> AIM OF THE TASK:
Below are some records. Print exactly the lines between the one holding "f 317 362 361" and the one holding "f 294 293 348", inclusive, and nothing else.

(Extracted data entries)
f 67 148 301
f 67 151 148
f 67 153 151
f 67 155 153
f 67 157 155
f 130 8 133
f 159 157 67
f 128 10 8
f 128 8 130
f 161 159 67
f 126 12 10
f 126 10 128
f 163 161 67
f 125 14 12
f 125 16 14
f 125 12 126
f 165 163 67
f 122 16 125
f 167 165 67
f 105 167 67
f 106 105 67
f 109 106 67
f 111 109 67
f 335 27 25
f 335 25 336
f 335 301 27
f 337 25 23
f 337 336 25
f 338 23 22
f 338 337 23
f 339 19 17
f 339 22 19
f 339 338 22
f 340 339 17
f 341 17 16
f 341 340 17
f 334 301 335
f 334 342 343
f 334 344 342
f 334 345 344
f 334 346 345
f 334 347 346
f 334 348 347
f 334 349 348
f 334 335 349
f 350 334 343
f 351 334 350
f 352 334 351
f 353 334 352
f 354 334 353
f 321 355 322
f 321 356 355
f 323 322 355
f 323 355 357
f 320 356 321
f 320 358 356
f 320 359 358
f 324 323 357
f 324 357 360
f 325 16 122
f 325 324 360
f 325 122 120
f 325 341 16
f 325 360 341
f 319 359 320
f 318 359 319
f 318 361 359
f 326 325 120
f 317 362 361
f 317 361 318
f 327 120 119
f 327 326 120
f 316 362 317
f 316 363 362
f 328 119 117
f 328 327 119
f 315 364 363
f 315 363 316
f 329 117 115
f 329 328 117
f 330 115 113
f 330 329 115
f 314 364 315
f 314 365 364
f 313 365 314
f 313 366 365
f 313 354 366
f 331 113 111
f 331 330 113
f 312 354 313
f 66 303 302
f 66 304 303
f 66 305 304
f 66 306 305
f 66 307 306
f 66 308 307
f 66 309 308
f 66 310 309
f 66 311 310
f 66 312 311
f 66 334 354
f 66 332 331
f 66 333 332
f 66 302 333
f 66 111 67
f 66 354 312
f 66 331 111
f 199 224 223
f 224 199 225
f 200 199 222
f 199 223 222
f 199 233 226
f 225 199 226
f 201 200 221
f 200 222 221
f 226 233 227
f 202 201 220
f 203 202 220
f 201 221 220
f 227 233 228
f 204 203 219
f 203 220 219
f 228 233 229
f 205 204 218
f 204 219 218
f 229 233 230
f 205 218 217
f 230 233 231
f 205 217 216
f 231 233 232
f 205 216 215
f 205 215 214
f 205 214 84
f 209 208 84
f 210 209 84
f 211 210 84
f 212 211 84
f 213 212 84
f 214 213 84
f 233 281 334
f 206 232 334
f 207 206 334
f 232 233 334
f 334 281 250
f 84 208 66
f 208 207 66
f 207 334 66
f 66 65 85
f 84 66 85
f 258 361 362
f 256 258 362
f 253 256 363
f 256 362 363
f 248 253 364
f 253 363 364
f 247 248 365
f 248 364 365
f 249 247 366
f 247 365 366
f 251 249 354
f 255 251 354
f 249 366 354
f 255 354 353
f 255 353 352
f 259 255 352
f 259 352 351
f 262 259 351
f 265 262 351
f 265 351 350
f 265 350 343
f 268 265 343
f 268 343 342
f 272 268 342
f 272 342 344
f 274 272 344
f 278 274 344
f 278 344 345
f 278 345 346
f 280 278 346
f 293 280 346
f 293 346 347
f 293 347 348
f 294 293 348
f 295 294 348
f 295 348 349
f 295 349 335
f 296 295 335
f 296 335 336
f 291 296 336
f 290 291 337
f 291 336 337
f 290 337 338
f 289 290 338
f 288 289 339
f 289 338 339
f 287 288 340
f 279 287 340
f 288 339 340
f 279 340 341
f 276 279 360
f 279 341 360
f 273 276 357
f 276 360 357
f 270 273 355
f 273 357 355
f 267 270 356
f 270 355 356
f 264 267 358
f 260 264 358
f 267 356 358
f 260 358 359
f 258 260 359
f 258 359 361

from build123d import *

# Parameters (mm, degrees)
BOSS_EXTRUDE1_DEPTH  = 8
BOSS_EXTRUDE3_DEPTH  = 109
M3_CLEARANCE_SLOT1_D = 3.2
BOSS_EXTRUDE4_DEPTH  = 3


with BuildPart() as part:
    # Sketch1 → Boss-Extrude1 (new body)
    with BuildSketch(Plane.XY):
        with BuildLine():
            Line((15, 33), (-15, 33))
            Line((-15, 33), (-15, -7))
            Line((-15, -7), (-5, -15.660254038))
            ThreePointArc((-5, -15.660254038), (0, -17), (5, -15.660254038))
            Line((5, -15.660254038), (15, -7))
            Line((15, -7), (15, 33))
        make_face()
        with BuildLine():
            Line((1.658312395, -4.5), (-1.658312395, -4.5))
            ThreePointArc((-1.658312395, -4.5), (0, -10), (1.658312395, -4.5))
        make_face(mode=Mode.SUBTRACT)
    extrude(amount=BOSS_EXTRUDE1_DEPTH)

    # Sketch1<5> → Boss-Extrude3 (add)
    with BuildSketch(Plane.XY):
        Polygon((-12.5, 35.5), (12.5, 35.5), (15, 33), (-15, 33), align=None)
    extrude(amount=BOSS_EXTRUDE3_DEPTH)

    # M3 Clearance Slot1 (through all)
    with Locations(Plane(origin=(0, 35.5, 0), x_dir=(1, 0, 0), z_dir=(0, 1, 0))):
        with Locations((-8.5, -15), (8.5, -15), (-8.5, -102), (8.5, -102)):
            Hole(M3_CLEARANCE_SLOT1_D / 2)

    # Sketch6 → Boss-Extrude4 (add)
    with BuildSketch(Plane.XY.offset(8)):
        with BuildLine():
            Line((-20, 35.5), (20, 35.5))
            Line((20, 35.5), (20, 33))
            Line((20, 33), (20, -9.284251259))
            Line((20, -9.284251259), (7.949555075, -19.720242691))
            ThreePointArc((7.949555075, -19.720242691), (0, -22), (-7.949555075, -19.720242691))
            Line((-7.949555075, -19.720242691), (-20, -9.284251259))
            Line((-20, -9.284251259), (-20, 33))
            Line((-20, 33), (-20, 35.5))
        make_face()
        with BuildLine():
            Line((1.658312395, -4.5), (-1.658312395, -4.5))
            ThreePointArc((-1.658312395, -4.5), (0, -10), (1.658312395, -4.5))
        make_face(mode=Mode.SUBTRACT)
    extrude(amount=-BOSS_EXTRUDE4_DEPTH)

> RESPONSE BOX:
f 317 362 361
f 317 361 318
f 327 120 119
f 327 326 120
f 316 362 317
f 316 363 362
f 328 119 117
f 328 327 119
f 315 364 363
f 315 363 316
f 329 117 115
f 329 328 117
f 330 115 113
f 330 329 115
f 314 364 315
f 314 365 364
f 313 365 314
f 313 366 365
f 313 354 366
f 331 113 111
f 331 330 113
f 312 354 313
f 66 303 302
f 66 304 303
f 66 305 304
f 66 306 305
f 66 307 306
f 66 308 307
f 66 309 308
f 66 310 309
f 66 311 310
f 66 312 311
f 66 334 354
f 66 332 331
f 66 333 332
f 66 302 333
f 66 111 67
f 66 354 312
f 66 331 111
f 199 224 223
f 224 199 225
f 200 199 222
f 199 223 222
f 199 233 226
f 225 199 226
f 201 200 221
f 200 222 221
f 226 233 227
f 202 201 220
f 203 202 220
f 201 221 220
f 227 233 228
f 204 203 219
f 203 220 219
f 228 233 229
f 205 204 218
f 204 219 218
f 229 233 230
f 205 218 217
f 230 233 231
f 205 217 216
f 231 233 232
f 205 216 215
f 205 215 214
f 205 214 84
f 209 208 84
f 210 209 84
f 211 210 84
f 212 211 84
f 213 212 84
f 214 213 84
f 233 281 334
f 206 232 334
f 207 206 334
f 232 233 334
f 334 281 250
f 84 208 66
f 208 207 66
f 207 334 66
f 66 65 85
f 84 66 85
f 258 361 362
f 256 258 362
f 253 256 363
f 256 362 363
f 248 253 364
f 253 363 364
f 247 248 365
f 248 364 365
f 249 247 366
f 247 365 366
f 251 249 354
f 255 251 354
f 249 366 354
f 255 354 353
f 255 353 352
f 259 255 352
f 259 352 351
f 262 259 351
f 265 262 351
f 265 351 350
f 265 350 343
f 268 265 343
f 268 343 342
f 272 268 342
f 272 342 344
f 274 272 344
f 278 274 344
f 278 344 345
f 278 345 346
f 280 278 346
f 293 280 346
f 293 346 347
f 293 347 348
f 294 293 348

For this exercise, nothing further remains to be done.